## Task goal
Starting with the line that contains "f 210 166 150" and stopping after the line that contains "f 226 227 203", return each line below exactly as written, with no others.

Source data:
↓
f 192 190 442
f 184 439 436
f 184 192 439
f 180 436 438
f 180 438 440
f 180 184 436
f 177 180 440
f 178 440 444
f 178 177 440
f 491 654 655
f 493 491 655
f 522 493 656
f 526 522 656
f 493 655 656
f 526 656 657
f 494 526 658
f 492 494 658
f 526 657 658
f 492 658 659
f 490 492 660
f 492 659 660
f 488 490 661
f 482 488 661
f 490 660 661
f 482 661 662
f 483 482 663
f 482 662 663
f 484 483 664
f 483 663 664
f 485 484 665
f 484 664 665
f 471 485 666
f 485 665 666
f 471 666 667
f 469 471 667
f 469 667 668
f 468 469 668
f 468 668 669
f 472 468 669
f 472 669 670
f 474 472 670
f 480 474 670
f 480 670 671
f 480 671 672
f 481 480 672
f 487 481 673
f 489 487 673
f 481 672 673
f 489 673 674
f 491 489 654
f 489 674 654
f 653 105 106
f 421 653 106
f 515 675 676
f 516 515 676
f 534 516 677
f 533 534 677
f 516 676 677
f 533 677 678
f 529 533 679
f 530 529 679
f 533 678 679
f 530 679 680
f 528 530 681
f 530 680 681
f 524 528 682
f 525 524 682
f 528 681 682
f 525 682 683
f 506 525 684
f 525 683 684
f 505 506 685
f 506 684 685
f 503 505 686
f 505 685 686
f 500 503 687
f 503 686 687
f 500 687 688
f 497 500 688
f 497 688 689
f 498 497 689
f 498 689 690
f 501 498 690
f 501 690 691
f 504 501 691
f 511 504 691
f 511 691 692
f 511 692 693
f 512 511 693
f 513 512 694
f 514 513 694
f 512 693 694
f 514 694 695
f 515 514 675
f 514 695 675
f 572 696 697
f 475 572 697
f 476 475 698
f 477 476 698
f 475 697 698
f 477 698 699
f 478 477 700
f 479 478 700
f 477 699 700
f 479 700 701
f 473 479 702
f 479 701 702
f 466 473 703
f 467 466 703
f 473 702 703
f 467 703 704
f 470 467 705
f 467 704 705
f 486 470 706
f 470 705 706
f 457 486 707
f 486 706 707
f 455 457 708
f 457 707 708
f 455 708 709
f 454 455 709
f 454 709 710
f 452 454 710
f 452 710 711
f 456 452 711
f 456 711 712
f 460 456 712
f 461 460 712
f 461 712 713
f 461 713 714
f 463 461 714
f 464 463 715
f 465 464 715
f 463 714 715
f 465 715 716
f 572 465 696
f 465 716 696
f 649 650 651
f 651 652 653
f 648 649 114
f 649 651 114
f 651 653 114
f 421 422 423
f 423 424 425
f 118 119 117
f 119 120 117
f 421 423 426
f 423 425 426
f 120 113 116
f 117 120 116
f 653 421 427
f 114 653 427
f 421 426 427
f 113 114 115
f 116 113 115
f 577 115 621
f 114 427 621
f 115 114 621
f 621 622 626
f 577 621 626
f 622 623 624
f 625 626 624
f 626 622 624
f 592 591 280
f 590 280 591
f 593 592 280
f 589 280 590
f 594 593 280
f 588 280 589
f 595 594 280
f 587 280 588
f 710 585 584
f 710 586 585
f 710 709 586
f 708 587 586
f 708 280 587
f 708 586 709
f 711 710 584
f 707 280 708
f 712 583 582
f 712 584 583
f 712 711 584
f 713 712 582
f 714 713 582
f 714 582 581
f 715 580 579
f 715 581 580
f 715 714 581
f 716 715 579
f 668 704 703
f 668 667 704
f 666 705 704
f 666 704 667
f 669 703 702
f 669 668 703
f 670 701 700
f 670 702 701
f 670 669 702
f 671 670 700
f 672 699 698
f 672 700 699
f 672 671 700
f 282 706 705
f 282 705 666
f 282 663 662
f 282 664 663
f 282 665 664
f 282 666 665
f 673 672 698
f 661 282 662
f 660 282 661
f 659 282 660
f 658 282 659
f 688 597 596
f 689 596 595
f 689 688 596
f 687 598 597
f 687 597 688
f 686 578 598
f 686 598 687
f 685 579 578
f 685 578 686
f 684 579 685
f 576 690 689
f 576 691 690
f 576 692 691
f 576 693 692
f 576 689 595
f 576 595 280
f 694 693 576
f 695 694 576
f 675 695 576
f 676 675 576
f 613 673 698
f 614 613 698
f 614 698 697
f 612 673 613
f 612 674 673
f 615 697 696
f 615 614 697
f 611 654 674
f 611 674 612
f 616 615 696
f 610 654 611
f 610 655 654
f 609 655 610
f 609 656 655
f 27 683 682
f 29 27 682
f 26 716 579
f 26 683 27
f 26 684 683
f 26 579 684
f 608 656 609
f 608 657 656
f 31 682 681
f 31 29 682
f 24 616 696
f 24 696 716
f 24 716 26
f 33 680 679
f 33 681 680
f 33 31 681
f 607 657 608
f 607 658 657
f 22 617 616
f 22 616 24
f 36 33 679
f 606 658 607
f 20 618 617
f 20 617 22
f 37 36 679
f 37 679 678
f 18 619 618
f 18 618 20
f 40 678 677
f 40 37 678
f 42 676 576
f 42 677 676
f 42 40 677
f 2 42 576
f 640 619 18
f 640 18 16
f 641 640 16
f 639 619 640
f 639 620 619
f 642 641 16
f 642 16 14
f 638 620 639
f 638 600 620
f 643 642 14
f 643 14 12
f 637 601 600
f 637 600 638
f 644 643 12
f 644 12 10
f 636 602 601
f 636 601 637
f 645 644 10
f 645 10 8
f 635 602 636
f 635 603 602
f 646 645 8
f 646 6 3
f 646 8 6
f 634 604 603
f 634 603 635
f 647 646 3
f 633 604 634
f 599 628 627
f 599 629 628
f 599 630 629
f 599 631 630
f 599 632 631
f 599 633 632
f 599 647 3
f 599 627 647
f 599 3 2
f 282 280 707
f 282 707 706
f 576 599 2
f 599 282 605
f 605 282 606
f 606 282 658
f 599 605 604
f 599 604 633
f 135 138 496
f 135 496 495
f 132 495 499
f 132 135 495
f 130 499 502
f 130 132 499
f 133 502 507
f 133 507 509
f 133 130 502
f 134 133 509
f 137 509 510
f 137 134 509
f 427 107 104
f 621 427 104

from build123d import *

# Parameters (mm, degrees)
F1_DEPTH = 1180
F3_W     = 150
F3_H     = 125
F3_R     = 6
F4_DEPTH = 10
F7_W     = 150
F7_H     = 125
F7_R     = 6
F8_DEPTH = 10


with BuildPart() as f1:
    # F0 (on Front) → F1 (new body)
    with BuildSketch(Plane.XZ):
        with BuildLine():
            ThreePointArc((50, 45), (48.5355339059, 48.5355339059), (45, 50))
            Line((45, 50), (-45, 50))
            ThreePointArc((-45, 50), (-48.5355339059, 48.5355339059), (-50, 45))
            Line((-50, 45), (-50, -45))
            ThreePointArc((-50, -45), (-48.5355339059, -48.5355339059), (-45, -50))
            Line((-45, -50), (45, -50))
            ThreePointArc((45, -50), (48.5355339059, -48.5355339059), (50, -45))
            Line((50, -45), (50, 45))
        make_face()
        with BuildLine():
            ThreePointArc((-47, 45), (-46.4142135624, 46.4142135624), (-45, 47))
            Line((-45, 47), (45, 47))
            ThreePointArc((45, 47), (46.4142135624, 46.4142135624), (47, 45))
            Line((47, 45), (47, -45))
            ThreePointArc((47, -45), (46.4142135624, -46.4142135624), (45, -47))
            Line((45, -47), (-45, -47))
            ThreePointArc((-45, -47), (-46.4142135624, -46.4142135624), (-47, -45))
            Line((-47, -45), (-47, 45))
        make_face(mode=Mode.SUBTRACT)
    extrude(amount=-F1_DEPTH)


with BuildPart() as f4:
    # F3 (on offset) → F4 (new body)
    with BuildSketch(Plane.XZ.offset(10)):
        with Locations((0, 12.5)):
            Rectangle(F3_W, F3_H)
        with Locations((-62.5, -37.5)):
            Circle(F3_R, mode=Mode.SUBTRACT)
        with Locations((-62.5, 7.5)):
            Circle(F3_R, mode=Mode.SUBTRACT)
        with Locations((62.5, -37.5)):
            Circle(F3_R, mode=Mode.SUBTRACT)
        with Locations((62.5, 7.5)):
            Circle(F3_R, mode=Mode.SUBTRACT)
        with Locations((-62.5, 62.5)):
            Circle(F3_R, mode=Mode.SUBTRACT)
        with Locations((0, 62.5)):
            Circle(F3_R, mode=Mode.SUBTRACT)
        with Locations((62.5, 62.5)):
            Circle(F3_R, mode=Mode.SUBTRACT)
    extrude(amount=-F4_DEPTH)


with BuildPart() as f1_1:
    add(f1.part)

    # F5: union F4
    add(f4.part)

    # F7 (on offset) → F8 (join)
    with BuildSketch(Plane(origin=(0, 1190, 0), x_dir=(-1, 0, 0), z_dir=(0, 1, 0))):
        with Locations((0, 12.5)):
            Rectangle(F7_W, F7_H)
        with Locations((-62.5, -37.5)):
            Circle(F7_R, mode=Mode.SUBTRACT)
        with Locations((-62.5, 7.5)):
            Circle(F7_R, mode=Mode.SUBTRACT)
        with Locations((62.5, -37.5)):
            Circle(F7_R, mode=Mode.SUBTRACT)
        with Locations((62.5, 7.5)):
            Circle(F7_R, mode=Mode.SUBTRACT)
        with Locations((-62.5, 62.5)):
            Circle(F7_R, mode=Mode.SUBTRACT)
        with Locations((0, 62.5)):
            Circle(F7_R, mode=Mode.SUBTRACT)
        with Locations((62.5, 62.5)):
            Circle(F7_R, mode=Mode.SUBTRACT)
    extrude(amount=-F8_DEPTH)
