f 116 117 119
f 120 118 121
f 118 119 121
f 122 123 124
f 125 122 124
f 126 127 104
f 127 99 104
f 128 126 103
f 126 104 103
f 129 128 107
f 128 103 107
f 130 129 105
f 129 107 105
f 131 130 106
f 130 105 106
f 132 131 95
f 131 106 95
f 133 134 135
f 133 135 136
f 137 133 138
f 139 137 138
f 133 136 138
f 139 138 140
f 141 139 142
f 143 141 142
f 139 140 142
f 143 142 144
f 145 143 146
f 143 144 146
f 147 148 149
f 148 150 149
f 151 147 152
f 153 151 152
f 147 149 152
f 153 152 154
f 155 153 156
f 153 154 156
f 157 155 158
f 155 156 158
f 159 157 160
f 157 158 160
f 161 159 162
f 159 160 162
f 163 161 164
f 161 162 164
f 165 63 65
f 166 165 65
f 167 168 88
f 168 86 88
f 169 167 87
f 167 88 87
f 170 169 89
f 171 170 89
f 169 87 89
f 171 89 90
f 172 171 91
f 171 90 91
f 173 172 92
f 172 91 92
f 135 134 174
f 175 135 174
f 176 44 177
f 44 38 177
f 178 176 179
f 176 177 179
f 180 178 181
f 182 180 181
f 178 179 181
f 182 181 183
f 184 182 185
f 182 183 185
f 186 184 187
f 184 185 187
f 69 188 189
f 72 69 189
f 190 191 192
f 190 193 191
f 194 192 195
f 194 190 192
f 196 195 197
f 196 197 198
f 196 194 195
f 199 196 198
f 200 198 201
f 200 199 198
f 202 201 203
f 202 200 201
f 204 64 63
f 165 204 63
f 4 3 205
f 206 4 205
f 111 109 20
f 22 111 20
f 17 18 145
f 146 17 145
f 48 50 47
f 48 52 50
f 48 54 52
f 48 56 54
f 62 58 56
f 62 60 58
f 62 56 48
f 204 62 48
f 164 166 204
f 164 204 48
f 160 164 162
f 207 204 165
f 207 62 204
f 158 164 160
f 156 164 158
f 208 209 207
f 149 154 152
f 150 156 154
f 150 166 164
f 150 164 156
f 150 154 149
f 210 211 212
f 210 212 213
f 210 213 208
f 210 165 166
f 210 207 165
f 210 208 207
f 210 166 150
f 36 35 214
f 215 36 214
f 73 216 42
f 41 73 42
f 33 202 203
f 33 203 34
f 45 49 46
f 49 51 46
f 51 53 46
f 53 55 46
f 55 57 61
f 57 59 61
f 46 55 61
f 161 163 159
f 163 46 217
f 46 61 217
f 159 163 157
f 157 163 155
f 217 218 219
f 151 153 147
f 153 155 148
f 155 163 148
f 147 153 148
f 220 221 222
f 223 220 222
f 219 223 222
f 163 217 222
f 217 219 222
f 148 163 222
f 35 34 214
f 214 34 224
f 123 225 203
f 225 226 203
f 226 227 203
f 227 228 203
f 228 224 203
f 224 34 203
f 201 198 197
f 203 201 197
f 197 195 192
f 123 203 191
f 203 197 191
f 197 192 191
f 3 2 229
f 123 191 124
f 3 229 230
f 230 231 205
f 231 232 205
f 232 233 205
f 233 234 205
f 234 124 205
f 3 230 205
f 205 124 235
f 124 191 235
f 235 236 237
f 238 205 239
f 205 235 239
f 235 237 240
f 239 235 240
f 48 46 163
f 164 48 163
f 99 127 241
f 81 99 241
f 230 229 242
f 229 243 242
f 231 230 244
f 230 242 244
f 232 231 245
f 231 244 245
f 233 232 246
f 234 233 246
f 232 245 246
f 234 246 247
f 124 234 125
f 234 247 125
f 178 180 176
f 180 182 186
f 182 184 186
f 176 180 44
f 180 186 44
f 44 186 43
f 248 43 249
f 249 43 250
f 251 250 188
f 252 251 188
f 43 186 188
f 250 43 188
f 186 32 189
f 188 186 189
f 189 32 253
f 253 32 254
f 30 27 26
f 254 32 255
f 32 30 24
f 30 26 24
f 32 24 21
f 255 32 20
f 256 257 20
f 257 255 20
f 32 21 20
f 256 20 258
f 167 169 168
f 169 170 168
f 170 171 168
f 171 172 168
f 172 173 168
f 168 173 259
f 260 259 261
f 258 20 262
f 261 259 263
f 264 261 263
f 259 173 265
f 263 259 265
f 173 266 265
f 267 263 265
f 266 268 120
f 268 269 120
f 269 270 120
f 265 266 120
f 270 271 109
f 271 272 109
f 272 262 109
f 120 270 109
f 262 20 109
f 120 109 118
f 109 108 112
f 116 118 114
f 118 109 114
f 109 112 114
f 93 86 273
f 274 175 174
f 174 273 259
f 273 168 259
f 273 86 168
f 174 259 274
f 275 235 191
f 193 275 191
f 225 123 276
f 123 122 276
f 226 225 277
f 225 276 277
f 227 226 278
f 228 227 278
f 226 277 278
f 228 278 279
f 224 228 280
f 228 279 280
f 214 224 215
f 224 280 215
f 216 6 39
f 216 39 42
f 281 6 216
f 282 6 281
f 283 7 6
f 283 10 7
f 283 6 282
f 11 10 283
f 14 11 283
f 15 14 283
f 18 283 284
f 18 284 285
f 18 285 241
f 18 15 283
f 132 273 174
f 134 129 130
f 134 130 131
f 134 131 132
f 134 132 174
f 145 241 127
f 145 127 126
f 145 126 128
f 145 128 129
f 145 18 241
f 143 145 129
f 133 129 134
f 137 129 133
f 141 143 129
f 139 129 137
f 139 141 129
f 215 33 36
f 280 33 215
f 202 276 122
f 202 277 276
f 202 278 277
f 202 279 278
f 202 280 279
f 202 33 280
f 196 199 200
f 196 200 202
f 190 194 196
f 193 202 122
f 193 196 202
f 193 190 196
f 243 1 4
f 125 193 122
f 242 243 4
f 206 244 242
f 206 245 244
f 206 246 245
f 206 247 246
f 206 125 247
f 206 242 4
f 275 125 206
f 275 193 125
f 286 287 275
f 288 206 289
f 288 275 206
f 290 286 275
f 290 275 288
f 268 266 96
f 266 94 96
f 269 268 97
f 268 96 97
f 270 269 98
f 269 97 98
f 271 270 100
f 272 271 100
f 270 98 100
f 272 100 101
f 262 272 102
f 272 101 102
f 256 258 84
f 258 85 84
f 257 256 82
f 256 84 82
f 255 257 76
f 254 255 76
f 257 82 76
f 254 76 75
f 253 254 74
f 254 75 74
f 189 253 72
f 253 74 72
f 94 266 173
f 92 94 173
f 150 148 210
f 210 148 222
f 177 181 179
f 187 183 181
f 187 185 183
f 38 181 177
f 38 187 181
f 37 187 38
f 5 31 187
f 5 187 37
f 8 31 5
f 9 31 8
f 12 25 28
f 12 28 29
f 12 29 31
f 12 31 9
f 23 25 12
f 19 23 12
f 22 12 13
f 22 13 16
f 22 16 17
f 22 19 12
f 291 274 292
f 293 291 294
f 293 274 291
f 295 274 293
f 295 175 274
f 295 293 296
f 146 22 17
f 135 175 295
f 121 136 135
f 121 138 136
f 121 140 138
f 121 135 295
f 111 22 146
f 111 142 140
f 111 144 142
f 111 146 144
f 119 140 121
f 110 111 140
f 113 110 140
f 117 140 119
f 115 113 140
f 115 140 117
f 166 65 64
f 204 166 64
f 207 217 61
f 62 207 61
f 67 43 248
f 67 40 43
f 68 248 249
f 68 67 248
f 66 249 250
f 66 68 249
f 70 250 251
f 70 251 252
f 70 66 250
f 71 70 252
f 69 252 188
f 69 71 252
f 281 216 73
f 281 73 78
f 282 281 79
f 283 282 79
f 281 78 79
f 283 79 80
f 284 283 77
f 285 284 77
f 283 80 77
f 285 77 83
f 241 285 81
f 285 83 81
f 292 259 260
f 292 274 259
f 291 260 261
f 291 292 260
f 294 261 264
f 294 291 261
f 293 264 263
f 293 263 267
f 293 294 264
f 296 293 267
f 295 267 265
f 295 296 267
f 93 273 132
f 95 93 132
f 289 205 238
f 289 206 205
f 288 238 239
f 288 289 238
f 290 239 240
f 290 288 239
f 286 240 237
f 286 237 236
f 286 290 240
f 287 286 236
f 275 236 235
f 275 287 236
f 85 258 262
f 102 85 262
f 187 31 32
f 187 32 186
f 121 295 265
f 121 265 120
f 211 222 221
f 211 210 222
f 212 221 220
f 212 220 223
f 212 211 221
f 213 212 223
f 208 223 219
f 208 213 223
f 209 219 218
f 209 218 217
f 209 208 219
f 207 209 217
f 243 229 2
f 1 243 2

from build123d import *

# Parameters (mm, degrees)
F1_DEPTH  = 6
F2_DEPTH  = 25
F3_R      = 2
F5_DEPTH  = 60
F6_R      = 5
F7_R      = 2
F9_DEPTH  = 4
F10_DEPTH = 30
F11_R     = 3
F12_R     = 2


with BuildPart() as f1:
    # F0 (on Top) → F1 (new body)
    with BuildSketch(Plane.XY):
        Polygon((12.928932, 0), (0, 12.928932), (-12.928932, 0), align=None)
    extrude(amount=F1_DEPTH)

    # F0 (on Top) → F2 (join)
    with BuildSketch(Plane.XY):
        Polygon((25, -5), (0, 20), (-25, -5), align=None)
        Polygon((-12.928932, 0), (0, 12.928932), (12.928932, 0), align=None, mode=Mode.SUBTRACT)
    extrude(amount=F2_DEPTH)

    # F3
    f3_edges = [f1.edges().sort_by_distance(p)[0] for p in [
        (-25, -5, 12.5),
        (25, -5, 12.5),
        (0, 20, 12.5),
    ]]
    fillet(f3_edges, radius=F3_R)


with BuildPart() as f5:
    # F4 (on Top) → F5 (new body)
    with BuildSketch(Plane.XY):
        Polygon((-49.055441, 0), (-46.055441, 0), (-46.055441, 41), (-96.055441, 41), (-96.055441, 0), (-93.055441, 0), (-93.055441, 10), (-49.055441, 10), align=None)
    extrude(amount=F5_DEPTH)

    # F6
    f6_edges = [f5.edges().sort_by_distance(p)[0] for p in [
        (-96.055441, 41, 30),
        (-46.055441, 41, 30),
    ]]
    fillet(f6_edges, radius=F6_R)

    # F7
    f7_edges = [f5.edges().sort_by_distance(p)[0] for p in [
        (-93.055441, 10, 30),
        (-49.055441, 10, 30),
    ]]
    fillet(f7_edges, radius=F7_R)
↑
## Task answer
f 210 166 150
f 36 35 214
f 215 36 214
f 73 216 42
f 41 73 42
f 33 202 203
f 33 203 34
f 45 49 46
f 49 51 46
f 51 53 46
f 53 55 46
f 55 57 61
f 57 59 61
f 46 55 61
f 161 163 159
f 163 46 217
f 46 61 217
f 159 163 157
f 157 163 155
f 217 218 219
f 151 153 147
f 153 155 148
f 155 163 148
f 147 153 148
f 220 221 222
f 223 220 222
f 219 223 222
f 163 217 222
f 217 219 222
f 148 163 222
f 35 34 214
f 214 34 224
f 123 225 203
f 225 226 203
f 226 227 203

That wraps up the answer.